#### What you should do
Everything from the line containing "-e4 e23 -e17]" through the line containing "FreeCAD Python script" should be repeated exactly, and nothing else from the data.

*** Task data ***

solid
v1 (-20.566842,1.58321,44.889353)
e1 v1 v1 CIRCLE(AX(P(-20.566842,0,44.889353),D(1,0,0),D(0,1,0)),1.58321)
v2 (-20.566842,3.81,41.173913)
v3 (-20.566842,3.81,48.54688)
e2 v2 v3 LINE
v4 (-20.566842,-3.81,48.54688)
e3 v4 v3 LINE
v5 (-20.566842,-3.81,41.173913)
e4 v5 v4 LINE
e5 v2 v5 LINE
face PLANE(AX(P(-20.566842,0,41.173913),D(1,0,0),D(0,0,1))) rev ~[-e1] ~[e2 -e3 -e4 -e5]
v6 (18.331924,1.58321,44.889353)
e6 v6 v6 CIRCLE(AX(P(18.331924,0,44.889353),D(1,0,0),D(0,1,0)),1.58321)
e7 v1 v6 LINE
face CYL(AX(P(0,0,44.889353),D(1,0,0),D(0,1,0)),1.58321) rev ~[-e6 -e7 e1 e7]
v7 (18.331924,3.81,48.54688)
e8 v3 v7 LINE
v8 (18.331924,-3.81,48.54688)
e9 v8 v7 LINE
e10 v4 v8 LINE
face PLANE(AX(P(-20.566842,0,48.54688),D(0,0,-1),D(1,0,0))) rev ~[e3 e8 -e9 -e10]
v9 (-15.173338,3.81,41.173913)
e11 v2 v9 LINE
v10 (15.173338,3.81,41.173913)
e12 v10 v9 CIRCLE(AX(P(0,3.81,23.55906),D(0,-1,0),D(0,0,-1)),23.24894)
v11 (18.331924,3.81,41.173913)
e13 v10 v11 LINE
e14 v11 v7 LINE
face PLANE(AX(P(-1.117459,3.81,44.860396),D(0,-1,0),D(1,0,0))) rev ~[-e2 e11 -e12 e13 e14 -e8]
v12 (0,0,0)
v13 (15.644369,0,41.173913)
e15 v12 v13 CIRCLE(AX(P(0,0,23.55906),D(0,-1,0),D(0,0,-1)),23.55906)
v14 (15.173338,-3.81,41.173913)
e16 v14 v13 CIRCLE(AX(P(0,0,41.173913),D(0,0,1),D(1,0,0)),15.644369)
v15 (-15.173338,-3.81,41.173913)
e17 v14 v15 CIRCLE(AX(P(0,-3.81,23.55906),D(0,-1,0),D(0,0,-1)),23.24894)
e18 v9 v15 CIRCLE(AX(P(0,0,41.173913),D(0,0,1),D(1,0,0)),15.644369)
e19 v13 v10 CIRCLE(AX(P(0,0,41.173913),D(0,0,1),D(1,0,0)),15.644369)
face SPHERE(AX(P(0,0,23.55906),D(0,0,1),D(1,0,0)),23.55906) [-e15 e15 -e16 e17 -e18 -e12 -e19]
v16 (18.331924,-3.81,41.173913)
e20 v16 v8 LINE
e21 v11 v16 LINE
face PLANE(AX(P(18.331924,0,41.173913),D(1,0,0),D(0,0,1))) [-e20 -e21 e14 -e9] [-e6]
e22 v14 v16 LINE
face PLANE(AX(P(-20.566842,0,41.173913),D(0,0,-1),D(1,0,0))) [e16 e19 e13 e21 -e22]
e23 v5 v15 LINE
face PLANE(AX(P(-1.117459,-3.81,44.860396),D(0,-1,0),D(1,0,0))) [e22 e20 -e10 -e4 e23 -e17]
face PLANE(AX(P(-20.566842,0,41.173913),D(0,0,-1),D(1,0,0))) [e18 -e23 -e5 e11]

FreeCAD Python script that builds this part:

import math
import FreeCAD as App
import Part
import Sketcher
Q = App.Units.Quantity

doc = App.newDocument("Part")
body = doc.addObject("PartDesign::Body", "Body")

# Sketch on XZ plane
sketch1 = body.newObject("Sketcher::SketchObject", "Sketch")
sketch1.AttachmentSupport = (doc.getObject("XZ_Plane"), [""])
sketch1.MapMode = "FlatFace"
sketch1.addGeometry([
    Part.LineSegment(App.Vector(0, 47, 0), App.Vector(0, 0, 0)),
    Part.ArcOfCircle(Part.Circle(App.Vector(0, 24, 0), App.Vector(0, 0, 1), 24), math.radians(-90), math.radians(90)),
], False)
sketch1.addConstraint([
    Sketcher.Constraint("Coincident", 0, 1, 1, 2),
    Sketcher.Constraint("Coincident", 1, 1, 0, 2),
    Sketcher.Constraint("Vertical", 0),
    Sketcher.Constraint("Coincident", 1, 1, -1, 1),
    Sketcher.Constraint("PointOnObject", 1, 3, -2),
    Sketcher.Constraint("Radius", 1, 23.55906),
])
revolution = body.newObject("PartDesign::Revolution", "Revolution")
revolution.Profile = sketch1
revolution.ReferenceAxis = (sketch1, ["V_Axis"])
revolution.Angle = 360

# Sketch on XZ plane
sketch2 = body.newObject("Sketcher::SketchObject", "Sketch001")
sketch2.AttachmentSupport = (doc.getObject("XZ_Plane"), [""])
sketch2.MapMode = "FlatFace"
sketch2.addGeometry([
    Part.LineSegment(App.Vector(-21, 49, 0), App.Vector(-21, 41, 0)),
    Part.LineSegment(App.Vector(-21, 41, 0), App.Vector(18, 41, 0)),
    Part.LineSegment(App.Vector(18, 41, 0), App.Vector(18, 49, 0)),
    Part.LineSegment(App.Vector(18, 49, 0), App.Vector(-21, 49, 0)),
], False)
sketch2.addConstraint([
    Sketcher.Constraint("Coincident", 0, 2, 1, 1),
    Sketcher.Constraint("Coincident", 1, 2, 2, 1),
    Sketcher.Constraint("Coincident", 2, 2, 3, 1),
    Sketcher.Constraint("Coincident", 3, 2, 0, 1),
    Sketcher.Constraint("Vertical", 0),
    Sketcher.Constraint("Horizontal", 1),
    Sketcher.Constraint("Vertical", 2),
    Sketcher.Constraint("Horizontal", 3),
    Sketcher.Constraint("DistanceX", 1, 1, 1, 2, 38.898766),
    Sketcher.Constraint("DistanceY", 0, 2, 0, 1, 7.372967),
    Sketcher.Constraint("DistanceY", -1, 1, 2, 2, 48.54688),
    Sketcher.Constraint("DistanceX", 0, 2, -1, 1, 20.566842),
])
pad1 = body.newObject("PartDesign::Pad", "Pad")
pad1.Profile = sketch2
pad1.Length = Q("0.3 in")
pad1.Midplane = True

# Sketch on YZ plane
sketch3 = body.newObject("Sketcher::SketchObject", "Sketch002")
sketch3.AttachmentSupport = (doc.getObject("YZ_Plane"), [""])
sketch3.MapMode = "FlatFace"
sketch3.addGeometry(Part.Circle(App.Vector(0, 44.9, 0), App.Vector(0, 0, 1), 1.6), False)
sketch3.addConstraint([
    Sketcher.Constraint("PointOnObject", 0, 3, -2),
    Sketcher.Constraint("Diameter", 0, 3.16642),
    Sketcher.Constraint("DistanceY", -1, 1, 0, 3, 44.889353),
])
pocket1 = body.newObject("PartDesign::Pocket", "Pocket")
pocket1.Profile = sketch3
pocket1.Length = Q("1.8 in")
pocket1.Midplane = True

doc.recompute()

*** End of Task data ***

#### Response for this exercise
face PLANE(AX(P(-1.117459,-3.81,44.860396),D(0,-1,0),D(1,0,0))) [e22 e20 -e10 -e4 e23 -e17]
face PLANE(AX(P(-20.566842,0,41.173913),D(0,0,-1),D(1,0,0))) [e18 -e23 -e5 e11]

FreeCAD Python script that builds this part:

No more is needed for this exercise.